Keyword search on "origin": report each line of the records that contains it.
————
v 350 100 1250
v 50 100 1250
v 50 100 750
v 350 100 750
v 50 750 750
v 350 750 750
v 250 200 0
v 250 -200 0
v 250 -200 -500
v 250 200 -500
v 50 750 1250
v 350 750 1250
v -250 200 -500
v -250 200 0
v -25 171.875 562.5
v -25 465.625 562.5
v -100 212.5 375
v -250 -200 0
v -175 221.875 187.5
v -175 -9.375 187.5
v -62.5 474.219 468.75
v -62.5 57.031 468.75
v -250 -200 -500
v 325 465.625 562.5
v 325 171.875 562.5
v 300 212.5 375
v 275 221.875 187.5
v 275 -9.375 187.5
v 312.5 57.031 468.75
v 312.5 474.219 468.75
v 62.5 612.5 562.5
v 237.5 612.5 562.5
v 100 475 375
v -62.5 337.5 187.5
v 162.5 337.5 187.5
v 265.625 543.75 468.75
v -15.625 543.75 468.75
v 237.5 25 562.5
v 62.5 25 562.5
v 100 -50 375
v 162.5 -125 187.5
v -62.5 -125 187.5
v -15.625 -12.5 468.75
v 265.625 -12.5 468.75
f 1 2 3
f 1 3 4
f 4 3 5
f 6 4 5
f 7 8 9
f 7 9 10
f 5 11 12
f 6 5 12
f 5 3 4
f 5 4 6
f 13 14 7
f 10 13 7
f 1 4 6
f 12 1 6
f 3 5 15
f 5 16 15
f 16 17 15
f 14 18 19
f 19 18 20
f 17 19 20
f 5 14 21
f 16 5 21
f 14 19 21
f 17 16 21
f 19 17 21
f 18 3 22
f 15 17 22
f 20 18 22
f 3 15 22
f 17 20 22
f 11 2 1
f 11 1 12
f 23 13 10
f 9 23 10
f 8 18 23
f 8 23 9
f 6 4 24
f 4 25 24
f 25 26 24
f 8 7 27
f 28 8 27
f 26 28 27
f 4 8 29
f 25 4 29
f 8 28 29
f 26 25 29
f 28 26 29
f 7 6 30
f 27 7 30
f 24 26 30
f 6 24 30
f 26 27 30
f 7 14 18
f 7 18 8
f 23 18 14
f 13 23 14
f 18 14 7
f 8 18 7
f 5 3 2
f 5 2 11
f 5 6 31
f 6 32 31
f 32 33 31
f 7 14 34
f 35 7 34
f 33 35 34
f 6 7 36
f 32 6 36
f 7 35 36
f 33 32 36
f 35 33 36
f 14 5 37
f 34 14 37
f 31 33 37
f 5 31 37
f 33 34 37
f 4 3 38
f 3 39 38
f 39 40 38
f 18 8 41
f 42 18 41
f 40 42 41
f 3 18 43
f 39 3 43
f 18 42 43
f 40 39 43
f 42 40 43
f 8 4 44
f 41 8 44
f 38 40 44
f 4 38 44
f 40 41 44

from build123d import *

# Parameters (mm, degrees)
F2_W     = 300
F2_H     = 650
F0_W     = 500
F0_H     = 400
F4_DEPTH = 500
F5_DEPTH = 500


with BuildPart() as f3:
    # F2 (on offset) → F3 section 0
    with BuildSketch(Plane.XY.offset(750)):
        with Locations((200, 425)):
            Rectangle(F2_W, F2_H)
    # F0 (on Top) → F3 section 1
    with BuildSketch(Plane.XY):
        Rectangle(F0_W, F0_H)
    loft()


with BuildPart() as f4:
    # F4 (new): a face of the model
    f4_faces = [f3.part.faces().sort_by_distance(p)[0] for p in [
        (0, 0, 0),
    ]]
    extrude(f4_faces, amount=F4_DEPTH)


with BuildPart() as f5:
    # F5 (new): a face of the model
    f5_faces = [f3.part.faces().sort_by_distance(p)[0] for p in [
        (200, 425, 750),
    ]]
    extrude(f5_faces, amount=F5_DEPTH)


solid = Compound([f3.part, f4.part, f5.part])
————
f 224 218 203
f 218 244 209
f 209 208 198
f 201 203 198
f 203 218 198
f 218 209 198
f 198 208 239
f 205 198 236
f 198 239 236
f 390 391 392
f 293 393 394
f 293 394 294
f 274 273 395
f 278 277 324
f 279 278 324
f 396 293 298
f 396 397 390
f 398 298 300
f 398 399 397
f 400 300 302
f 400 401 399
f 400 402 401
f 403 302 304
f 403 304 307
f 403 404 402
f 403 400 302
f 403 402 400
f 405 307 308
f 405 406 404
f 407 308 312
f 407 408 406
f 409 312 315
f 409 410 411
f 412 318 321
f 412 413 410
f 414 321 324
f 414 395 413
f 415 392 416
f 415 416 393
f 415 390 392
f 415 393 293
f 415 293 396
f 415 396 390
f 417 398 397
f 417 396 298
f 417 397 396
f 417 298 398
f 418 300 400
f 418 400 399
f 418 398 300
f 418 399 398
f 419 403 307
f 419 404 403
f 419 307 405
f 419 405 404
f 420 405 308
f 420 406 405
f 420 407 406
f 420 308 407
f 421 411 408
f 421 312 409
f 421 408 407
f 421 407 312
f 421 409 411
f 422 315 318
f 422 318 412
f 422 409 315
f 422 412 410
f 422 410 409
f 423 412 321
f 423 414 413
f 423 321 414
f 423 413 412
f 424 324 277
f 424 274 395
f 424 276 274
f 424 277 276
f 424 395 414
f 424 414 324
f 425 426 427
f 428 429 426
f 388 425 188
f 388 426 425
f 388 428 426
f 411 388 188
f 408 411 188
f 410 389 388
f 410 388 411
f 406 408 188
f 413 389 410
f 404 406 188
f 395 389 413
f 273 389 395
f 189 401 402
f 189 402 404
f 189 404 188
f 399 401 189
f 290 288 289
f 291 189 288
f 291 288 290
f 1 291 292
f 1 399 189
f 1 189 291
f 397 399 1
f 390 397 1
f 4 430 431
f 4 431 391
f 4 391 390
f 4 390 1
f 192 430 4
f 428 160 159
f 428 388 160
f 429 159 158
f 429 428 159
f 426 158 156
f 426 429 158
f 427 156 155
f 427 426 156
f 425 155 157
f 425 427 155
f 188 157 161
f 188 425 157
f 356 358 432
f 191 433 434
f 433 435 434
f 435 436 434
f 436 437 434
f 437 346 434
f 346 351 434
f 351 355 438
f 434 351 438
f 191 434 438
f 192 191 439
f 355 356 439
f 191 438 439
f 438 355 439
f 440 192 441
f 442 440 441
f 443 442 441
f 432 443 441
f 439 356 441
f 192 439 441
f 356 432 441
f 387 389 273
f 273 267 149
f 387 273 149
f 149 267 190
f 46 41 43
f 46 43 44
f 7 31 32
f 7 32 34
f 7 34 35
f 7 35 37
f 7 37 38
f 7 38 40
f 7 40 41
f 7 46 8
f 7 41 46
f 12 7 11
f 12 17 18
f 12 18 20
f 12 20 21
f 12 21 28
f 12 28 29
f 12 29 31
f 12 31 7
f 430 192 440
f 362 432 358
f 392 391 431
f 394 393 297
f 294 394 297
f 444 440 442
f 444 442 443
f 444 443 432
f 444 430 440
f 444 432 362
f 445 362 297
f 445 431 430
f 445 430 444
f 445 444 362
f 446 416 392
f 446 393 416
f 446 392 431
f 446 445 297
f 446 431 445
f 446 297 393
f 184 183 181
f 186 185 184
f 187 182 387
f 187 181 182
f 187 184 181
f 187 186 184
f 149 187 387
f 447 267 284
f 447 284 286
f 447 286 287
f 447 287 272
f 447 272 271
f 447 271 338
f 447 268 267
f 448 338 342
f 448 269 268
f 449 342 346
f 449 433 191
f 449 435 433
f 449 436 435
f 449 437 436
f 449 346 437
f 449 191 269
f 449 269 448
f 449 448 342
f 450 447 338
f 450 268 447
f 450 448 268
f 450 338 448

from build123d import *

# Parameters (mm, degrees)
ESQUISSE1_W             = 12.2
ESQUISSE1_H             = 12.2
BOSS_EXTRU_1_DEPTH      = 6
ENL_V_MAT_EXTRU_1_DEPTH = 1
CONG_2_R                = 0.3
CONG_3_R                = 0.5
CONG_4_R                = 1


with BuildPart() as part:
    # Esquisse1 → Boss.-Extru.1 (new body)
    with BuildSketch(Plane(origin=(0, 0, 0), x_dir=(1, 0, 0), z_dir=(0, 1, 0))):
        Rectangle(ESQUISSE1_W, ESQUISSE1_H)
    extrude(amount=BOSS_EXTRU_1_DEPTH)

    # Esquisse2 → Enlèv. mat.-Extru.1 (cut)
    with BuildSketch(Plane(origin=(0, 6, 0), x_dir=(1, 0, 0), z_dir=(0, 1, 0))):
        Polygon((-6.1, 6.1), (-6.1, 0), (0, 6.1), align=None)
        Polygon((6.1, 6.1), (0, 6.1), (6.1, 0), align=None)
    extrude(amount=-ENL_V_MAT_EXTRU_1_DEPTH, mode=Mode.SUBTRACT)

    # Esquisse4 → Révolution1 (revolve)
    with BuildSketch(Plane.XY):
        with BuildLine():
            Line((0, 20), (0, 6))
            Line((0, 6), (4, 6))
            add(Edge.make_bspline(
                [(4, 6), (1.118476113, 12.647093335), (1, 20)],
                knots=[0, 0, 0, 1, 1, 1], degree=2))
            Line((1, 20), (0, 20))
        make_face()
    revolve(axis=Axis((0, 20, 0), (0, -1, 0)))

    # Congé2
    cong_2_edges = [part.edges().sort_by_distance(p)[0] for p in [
————
### Answer space
    with BuildSketch(Plane(origin=(0, 0, 0), x_dir=(1, 0, 0), z_dir=(0, 1, 0))):
    with BuildSketch(Plane(origin=(0, 6, 0), x_dir=(1, 0, 0), z_dir=(0, 1, 0))):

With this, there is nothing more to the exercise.